* DESCRIPTION OF THE TASK
From the records below, pull each line that has "SPHERE".

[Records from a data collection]
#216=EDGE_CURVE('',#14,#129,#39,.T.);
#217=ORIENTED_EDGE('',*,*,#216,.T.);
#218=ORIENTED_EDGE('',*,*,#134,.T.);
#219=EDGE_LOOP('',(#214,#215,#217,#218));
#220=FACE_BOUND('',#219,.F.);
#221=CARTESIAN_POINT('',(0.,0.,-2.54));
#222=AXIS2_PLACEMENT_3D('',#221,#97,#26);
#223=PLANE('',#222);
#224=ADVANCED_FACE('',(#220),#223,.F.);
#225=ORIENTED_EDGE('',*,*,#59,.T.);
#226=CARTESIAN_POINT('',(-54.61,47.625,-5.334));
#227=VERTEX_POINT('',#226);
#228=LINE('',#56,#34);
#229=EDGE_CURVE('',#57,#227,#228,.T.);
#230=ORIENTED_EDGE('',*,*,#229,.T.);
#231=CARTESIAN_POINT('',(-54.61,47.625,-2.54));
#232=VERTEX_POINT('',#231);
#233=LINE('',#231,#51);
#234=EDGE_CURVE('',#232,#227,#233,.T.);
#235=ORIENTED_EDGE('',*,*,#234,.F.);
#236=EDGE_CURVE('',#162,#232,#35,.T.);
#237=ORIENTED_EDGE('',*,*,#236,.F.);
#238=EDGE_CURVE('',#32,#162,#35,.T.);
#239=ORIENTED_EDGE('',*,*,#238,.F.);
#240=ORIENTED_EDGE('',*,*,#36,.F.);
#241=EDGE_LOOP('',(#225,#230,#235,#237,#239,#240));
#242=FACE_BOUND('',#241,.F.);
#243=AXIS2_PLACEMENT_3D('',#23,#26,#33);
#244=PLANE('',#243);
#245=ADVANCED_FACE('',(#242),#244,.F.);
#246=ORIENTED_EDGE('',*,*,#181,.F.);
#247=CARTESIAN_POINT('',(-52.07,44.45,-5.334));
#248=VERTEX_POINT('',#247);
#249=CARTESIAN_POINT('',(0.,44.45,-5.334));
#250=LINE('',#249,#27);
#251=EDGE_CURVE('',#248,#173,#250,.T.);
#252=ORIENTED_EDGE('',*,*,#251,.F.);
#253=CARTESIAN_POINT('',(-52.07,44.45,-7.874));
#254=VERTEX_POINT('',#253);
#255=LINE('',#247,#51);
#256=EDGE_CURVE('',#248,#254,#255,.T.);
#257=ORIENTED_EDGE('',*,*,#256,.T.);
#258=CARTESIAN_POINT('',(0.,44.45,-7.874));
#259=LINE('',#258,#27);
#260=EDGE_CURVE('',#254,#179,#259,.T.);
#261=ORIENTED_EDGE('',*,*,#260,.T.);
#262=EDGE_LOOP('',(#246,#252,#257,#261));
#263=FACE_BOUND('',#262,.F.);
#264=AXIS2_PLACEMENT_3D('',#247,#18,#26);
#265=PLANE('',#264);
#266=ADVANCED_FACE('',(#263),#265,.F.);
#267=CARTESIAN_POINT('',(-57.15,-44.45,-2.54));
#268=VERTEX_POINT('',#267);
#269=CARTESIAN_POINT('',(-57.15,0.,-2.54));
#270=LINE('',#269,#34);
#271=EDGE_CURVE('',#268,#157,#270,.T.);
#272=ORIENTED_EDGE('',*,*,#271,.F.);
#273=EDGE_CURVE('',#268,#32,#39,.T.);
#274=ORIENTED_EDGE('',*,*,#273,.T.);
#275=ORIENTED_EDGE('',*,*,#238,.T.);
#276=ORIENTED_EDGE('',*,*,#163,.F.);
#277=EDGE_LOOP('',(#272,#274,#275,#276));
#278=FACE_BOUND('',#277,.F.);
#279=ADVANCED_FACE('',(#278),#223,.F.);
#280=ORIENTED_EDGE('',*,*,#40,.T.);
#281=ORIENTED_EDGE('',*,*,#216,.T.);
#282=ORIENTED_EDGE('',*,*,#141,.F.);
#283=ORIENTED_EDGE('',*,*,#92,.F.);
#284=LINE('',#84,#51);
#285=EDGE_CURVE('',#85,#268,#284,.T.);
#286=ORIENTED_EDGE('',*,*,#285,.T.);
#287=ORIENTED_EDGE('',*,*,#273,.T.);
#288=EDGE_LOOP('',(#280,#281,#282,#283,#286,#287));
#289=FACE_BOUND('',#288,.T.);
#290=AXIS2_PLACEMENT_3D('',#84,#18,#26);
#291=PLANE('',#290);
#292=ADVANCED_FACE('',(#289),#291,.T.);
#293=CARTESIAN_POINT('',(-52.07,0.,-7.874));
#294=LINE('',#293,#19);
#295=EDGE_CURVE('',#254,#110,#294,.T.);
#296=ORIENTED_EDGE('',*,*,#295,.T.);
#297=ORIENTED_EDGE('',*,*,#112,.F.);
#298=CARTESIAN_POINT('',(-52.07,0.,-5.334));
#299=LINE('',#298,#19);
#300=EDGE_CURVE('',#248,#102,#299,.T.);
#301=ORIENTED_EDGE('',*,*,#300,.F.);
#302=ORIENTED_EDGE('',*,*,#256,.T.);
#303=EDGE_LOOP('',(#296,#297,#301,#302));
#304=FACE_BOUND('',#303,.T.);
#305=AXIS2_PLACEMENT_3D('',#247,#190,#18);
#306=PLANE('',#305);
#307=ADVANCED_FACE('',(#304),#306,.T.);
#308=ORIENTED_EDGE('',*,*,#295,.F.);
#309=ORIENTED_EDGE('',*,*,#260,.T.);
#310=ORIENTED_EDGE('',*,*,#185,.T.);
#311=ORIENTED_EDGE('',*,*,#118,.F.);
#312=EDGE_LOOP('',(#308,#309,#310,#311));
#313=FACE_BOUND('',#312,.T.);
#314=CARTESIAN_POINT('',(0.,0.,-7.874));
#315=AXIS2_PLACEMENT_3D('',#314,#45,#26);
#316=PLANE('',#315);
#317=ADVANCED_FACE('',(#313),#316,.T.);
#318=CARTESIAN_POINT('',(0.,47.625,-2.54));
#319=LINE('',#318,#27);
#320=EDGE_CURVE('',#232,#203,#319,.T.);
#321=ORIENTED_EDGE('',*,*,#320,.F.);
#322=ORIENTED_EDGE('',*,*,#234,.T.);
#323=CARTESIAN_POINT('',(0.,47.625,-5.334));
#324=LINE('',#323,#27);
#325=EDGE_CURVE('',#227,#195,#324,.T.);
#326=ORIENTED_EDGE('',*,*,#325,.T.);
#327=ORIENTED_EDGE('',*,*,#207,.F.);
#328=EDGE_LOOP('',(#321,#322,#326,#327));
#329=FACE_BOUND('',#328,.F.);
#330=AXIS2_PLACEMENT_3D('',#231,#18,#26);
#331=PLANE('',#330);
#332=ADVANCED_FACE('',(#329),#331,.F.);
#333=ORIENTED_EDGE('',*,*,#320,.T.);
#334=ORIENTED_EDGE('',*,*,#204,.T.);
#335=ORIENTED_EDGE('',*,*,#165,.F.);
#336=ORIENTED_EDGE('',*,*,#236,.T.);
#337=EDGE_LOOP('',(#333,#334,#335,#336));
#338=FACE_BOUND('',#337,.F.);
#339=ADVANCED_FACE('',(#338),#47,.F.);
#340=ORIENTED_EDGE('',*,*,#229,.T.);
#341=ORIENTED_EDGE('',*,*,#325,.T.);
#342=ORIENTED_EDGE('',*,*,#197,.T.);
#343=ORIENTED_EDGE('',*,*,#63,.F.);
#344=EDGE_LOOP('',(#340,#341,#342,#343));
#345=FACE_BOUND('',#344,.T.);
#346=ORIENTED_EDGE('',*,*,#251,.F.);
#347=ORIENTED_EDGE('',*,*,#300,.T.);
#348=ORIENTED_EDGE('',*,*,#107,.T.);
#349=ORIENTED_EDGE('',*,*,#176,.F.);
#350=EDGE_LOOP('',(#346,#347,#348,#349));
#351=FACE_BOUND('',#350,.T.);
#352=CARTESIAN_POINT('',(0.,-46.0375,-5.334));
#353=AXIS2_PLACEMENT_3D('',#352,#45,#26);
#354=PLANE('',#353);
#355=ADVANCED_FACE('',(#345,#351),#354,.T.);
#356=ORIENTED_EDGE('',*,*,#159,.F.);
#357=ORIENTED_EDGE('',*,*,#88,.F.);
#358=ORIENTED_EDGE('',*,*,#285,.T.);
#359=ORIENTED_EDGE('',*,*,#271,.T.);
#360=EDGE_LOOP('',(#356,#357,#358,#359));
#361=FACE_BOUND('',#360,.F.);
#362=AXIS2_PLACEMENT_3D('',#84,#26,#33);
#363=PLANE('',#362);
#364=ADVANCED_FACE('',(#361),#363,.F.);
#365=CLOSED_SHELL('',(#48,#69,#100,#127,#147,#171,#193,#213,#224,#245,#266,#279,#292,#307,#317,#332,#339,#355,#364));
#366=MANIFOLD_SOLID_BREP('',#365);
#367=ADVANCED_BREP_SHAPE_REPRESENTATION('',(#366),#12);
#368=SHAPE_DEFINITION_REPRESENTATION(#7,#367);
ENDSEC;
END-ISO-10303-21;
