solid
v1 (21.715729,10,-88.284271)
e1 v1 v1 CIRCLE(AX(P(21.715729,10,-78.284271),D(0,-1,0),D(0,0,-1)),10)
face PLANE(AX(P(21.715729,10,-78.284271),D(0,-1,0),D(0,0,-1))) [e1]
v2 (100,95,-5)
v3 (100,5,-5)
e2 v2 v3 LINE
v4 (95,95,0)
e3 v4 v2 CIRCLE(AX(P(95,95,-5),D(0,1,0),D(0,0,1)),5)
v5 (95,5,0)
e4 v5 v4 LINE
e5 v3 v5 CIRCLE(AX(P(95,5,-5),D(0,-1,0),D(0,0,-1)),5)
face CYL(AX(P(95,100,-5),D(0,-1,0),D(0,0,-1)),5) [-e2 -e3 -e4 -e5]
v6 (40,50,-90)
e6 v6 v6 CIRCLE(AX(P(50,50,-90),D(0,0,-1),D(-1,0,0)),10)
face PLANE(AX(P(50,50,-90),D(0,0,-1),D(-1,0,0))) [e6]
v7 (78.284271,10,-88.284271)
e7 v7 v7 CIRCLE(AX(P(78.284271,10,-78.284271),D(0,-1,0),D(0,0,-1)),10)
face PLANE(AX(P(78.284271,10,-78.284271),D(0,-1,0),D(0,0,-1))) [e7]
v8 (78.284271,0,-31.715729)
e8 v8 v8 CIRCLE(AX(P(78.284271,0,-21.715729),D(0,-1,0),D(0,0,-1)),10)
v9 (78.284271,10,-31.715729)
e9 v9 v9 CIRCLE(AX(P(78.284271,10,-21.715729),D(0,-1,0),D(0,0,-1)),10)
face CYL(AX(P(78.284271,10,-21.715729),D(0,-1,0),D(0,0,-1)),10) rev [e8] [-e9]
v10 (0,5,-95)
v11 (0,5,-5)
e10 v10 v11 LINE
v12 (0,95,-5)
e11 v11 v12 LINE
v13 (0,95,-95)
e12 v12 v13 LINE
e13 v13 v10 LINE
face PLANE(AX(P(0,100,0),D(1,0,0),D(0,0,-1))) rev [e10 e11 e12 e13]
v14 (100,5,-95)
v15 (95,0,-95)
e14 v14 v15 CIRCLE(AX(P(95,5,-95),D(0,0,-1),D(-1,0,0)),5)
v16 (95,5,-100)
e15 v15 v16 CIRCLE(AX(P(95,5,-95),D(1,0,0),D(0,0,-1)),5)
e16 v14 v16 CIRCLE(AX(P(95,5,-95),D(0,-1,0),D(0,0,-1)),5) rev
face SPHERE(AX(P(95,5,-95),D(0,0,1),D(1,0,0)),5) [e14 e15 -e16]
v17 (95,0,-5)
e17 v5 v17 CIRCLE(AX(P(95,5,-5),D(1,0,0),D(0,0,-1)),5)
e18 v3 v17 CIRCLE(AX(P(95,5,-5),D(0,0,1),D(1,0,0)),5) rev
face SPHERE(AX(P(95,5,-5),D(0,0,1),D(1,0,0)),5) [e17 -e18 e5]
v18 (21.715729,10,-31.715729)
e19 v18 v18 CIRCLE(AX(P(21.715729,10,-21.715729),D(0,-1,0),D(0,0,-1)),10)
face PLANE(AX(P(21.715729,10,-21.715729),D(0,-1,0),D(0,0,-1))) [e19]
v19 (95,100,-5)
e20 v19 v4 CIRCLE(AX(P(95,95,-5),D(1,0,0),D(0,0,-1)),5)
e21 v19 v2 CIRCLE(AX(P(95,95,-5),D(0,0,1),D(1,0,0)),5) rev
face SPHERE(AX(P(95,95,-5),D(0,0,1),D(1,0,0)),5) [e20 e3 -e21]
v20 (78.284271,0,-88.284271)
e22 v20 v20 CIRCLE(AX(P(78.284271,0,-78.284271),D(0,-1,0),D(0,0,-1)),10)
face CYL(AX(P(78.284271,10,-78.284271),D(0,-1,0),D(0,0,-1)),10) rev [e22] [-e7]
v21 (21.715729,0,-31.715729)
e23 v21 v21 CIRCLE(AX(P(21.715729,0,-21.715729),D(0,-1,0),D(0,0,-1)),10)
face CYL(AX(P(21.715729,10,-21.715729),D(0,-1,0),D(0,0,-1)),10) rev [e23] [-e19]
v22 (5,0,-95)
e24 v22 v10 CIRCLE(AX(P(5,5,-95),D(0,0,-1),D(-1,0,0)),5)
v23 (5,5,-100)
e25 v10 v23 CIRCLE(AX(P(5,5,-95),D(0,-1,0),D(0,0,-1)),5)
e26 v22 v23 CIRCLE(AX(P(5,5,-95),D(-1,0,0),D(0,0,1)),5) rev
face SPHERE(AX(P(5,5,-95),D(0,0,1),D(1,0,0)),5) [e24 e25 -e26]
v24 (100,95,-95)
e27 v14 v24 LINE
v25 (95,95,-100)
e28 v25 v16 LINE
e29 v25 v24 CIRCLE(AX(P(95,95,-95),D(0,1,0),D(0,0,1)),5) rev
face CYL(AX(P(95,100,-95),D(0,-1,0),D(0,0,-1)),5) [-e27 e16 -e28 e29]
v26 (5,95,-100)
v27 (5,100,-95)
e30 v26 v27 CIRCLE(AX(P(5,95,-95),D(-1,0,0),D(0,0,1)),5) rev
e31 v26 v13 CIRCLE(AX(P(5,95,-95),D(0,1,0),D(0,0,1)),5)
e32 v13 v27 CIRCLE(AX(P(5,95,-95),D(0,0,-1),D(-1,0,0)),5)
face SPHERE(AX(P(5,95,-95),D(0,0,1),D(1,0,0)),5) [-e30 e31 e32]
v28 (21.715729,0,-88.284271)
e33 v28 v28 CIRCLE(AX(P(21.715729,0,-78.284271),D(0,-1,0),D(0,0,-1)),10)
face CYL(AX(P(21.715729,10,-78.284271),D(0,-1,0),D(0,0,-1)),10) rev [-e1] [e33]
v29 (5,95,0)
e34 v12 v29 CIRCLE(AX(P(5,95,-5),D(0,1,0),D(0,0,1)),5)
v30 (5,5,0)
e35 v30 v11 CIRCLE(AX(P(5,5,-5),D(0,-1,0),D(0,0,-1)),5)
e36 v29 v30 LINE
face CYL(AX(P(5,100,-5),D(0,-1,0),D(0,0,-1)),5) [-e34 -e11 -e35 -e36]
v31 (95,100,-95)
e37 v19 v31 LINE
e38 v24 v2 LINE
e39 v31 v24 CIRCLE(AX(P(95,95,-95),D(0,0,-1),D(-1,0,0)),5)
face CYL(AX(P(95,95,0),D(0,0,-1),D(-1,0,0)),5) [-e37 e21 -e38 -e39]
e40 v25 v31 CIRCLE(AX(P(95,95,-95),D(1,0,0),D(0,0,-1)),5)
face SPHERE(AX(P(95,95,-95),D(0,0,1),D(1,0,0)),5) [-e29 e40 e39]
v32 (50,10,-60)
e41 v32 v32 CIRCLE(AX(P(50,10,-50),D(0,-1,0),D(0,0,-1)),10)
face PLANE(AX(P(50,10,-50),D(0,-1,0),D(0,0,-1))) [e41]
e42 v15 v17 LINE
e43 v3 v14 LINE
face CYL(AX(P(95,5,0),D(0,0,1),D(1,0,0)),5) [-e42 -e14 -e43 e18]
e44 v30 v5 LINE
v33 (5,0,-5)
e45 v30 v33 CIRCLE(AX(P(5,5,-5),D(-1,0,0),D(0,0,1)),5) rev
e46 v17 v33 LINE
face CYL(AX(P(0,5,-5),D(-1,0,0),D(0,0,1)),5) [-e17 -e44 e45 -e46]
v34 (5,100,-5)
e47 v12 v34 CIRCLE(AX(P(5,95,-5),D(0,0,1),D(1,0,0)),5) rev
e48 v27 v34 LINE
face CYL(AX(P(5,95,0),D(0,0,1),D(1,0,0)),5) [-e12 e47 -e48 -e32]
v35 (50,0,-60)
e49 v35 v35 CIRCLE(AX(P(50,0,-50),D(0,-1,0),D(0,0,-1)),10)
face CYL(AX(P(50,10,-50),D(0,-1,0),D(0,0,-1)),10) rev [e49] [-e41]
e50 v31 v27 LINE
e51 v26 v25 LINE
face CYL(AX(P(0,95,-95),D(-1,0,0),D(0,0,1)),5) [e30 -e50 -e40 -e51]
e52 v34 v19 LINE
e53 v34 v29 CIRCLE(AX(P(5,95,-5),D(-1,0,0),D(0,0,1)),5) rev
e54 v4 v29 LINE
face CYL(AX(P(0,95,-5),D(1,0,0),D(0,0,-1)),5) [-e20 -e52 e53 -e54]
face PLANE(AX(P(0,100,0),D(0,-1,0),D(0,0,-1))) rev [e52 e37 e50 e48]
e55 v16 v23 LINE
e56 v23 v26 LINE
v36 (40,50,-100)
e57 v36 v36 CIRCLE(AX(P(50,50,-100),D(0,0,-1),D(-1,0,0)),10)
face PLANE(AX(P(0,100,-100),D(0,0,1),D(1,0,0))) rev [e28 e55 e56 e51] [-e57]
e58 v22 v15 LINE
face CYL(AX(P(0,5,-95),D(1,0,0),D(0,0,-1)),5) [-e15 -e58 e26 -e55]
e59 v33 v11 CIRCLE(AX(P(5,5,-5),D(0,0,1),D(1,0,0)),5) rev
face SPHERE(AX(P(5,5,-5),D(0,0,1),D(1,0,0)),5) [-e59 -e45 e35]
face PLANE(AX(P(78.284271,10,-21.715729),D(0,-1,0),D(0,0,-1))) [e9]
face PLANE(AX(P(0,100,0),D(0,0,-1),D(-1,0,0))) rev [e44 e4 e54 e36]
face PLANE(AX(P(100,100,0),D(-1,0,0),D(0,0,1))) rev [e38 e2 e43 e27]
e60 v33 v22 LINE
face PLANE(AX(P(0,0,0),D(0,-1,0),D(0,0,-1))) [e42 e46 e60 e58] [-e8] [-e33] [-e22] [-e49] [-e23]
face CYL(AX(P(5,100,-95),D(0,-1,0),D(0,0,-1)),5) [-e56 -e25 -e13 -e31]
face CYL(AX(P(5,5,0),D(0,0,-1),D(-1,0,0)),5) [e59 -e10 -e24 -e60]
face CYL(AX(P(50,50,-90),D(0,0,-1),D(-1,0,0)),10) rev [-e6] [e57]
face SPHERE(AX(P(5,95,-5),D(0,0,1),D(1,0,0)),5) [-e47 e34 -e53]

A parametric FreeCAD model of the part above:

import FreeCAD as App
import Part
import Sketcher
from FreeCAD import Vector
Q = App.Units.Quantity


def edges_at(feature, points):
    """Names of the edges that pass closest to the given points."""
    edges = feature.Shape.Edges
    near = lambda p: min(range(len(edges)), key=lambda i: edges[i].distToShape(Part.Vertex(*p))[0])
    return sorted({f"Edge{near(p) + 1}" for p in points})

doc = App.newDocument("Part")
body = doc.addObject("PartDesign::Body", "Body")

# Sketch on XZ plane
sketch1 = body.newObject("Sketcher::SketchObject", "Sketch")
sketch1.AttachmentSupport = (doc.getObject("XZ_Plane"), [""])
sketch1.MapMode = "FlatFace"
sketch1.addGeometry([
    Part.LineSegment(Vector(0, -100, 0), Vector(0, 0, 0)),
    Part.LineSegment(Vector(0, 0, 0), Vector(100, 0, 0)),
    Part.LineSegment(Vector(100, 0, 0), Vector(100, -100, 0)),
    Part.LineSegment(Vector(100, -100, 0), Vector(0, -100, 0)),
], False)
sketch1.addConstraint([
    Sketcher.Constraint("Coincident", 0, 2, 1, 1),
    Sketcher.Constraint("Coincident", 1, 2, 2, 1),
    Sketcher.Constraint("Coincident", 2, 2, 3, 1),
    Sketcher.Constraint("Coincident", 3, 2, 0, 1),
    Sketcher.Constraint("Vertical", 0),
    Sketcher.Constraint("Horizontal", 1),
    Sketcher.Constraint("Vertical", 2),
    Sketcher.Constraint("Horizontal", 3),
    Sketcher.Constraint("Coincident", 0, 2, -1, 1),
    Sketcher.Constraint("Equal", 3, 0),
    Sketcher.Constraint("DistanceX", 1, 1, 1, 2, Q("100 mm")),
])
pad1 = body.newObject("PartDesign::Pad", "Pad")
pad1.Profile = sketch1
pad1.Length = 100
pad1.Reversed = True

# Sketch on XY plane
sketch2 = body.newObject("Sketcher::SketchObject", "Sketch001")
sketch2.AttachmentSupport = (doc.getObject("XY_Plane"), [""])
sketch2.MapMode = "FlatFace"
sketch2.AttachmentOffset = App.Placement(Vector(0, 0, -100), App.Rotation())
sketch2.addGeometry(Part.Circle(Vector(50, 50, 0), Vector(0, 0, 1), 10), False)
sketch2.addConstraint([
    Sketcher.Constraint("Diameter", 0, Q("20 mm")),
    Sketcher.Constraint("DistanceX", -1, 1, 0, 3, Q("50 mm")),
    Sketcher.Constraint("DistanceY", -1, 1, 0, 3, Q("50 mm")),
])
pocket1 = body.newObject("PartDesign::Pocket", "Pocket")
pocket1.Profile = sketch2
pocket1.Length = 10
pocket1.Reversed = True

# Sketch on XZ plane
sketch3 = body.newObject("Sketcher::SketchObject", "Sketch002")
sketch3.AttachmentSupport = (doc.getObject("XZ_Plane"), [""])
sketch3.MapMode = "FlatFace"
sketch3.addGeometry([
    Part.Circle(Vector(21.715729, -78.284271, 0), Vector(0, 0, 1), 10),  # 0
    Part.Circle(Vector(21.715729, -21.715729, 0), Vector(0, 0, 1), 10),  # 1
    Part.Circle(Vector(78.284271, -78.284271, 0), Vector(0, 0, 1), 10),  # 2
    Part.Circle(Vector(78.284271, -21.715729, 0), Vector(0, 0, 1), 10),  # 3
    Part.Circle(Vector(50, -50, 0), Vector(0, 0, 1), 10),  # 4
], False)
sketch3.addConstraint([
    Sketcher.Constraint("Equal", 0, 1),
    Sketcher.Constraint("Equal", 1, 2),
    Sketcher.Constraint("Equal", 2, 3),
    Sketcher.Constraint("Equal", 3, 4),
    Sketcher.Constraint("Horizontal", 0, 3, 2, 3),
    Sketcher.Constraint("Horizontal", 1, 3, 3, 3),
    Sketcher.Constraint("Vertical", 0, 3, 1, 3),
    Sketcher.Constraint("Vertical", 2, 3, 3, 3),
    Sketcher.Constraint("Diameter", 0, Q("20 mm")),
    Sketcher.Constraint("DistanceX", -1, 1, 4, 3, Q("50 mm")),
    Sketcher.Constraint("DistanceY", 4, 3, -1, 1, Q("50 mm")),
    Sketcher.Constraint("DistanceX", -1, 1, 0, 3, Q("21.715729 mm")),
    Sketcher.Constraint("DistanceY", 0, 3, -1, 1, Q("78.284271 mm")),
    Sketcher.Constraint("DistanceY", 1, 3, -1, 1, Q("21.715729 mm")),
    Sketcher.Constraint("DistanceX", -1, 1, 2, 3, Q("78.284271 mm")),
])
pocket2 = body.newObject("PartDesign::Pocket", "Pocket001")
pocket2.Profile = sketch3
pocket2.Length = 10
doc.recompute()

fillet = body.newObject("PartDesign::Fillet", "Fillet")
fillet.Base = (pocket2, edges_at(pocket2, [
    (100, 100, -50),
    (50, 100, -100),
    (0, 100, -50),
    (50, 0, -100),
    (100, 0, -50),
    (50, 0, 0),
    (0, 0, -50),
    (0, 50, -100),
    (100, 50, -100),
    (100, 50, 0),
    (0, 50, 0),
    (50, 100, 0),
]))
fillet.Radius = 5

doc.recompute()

* RESPONSE TO THE TASK
face SPHERE(AX(P(95,5,-95),D(0,0,1),D(1,0,0)),5) [e14 e15 -e16]
face SPHERE(AX(P(95,5,-5),D(0,0,1),D(1,0,0)),5) [e17 -e18 e5]
face SPHERE(AX(P(95,95,-5),D(0,0,1),D(1,0,0)),5) [e20 e3 -e21]
face SPHERE(AX(P(5,5,-95),D(0,0,1),D(1,0,0)),5) [e24 e25 -e26]
face SPHERE(AX(P(5,95,-95),D(0,0,1),D(1,0,0)),5) [-e30 e31 e32]
face SPHERE(AX(P(95,95,-95),D(0,0,1),D(1,0,0)),5) [-e29 e40 e39]
face SPHERE(AX(P(5,5,-5),D(0,0,1),D(1,0,0)),5) [-e59 -e45 e35]
face SPHERE(AX(P(5,95,-5),D(0,0,1),D(1,0,0)),5) [-e47 e34 -e53]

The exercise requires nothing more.